# Resources > Education Center >  >  Hi! I need interviewees for my research project.

## NoctemConArtist

My research project is due on 3/24 so there's less than 2 weeks before I need an answer. The project topic is, "Can Lucid Dreaming Help Improve People's Lives?" I would very much appreciate it if users who are experienced with lucid dreaming can answer these questions thoroughly, at least one paragraph but ideally a longer paragraph  ::D: 

1) In what ways do you think the practice of lucid dreaming can positively affect your waking life?

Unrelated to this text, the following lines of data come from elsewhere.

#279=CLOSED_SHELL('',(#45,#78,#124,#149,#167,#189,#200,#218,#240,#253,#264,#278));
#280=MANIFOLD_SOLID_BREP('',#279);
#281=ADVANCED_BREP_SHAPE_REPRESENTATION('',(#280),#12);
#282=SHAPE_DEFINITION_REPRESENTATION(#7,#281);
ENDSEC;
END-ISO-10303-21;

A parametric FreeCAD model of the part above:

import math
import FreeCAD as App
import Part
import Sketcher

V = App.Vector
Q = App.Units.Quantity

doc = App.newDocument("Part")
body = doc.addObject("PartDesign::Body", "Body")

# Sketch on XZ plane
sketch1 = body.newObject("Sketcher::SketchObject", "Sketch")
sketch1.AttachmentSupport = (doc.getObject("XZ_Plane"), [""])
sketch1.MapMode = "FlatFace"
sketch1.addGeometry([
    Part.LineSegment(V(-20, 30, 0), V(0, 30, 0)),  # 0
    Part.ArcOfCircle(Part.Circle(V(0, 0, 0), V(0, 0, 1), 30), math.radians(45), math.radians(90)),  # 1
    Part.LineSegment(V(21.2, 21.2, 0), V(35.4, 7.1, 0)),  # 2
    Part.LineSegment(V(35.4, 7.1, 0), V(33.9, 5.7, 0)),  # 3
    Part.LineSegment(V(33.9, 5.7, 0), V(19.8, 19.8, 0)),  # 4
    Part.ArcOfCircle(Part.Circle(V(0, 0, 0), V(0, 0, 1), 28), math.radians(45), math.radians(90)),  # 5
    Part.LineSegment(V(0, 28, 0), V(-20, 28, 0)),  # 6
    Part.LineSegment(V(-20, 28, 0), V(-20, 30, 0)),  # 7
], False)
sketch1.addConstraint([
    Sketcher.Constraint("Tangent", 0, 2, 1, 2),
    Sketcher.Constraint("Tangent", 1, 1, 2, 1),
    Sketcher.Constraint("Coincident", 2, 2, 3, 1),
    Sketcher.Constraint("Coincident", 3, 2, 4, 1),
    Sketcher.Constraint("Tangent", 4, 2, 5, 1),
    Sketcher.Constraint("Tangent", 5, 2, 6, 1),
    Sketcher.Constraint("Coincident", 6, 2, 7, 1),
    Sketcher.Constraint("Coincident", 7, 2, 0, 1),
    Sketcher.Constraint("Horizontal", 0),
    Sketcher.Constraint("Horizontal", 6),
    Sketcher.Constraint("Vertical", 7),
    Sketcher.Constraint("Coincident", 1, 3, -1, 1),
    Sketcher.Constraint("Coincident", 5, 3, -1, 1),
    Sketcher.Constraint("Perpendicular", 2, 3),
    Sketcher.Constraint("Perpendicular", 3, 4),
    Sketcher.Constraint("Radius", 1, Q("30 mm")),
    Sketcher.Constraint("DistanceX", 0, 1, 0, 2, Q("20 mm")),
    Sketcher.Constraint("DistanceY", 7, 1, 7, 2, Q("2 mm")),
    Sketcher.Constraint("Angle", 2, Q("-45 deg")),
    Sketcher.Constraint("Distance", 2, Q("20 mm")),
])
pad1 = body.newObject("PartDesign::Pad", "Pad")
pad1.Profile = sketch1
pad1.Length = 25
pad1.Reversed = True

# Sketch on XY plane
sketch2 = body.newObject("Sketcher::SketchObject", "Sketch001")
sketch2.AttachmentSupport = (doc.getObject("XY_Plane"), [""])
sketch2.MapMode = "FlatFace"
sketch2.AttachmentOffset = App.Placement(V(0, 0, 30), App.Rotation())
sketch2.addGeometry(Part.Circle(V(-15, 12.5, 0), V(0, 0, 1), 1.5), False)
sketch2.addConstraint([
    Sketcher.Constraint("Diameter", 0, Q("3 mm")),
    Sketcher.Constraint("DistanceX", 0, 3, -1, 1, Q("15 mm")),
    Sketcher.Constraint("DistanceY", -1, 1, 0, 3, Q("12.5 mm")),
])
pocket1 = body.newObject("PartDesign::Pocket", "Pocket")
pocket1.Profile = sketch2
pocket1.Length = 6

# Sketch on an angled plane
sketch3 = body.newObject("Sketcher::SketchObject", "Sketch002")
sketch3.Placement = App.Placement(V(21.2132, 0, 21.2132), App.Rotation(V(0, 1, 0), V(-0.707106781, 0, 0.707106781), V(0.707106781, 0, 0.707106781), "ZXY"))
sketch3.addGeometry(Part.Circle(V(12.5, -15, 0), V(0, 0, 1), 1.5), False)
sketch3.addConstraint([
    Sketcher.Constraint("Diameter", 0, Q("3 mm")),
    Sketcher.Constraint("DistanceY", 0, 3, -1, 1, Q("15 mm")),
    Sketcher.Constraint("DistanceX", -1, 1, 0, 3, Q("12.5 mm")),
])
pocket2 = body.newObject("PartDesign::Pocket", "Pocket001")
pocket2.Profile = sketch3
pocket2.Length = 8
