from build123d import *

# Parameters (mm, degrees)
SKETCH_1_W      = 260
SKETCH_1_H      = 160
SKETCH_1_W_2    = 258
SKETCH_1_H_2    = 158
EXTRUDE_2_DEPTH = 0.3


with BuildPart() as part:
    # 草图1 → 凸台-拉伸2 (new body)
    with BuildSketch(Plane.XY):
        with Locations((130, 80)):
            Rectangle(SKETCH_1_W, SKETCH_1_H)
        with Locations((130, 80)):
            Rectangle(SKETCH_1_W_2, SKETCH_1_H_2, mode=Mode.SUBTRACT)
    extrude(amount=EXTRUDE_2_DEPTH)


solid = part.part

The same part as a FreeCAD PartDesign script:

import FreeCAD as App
import Part
import Sketcher
from FreeCAD import Vector


def add_polygon(sketch, points):
    """Adds a closed chain of lines whose ends are joined by coincident constraints."""
    first, n = sketch.GeometryCount, len(points)
    for a, b in zip(points, points[1:] + points[:1]):
        sketch.addGeometry(Part.LineSegment(App.Vector(*a, 0), App.Vector(*b, 0)), False)
    for i in range(n):
        sketch.addConstraint(Sketcher.Constraint("Coincident", first + i, 2, first + (i + 1) % n, 1))

doc = App.newDocument("Part")
body = doc.addObject("PartDesign::Body", "Body")

sketch1 = doc.addObject("Sketcher::SketchObject", "Sketch")
body.addObject(sketch1)
sketch1.AttachmentSupport = (doc.XY_Plane, [""])
sketch1.MapMode = "FlatFace"
add_polygon(sketch1, [(0, 160), (0, 0), (260, 0), (260, 160)])
add_polygon(sketch1, [(259, 1), (1, 1), (1, 159), (259, 159)])
sketch1.addConstraint(Sketcher.Constraint("Vertical", 0))
sketch1.addConstraint(Sketcher.Constraint("Horizontal", 1))
sketch1.addConstraint(Sketcher.Constraint("Vertical", 2))
sketch1.addConstraint(Sketcher.Constraint("Horizontal", 3))
sketch1.addConstraint(Sketcher.Constraint("Horizontal", 4))
sketch1.addConstraint(Sketcher.Constraint("Vertical", 5))
sketch1.addConstraint(Sketcher.Constraint("Horizontal", 6))
sketch1.addConstraint(Sketcher.Constraint("Vertical", 7))
sketch1.addConstraint(Sketcher.Constraint("Coincident", 0, 2, -1, 1))
sketch1.addConstraint(Sketcher.Constraint("DistanceX", 1, 1, 1, 2, 260.0))
sketch1.addConstraint(Sketcher.Constraint("DistanceX", 4, 2, 4, 1, 258.0))
sketch1.addConstraint(Sketcher.Constraint("DistanceY", 0, 2, 0, 1, 160.0))
sketch1.addConstraint(Sketcher.Constraint("DistanceY", 5, 1, 5, 2, 158.0))
sketch1.addConstraint(Sketcher.Constraint("DistanceX", -1, 1, 4, 2, 1.0))
sketch1.addConstraint(Sketcher.Constraint("DistanceY", -1, 1, 4, 2, 1.0))
pad1 = doc.addObject("PartDesign::Pad", "Pad")
body.addObject(pad1)
pad1.Profile = sketch1
pad1.Length = 0.3

doc.recompute()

2) What has been your own experience with lucid dreaming positively benefiting your waking life? Relate some specific examples on how your actions or attitudes in dreams have translated into waking life. (For example, have you practiced a skill or a difficult task in a dream? Have you used it to overcome nightmares? Be specific)

3) How would you say you are different today from before you began to lucid dream?

4) Do you think lucid dreaming should be adopted as a standard method of psychological therapy? Why or why not?

5) Are there any insights unanswered in the above questions that you would like to share regarding lucid dreaming and its connection to waking life? (Uber lazy question I know ;D)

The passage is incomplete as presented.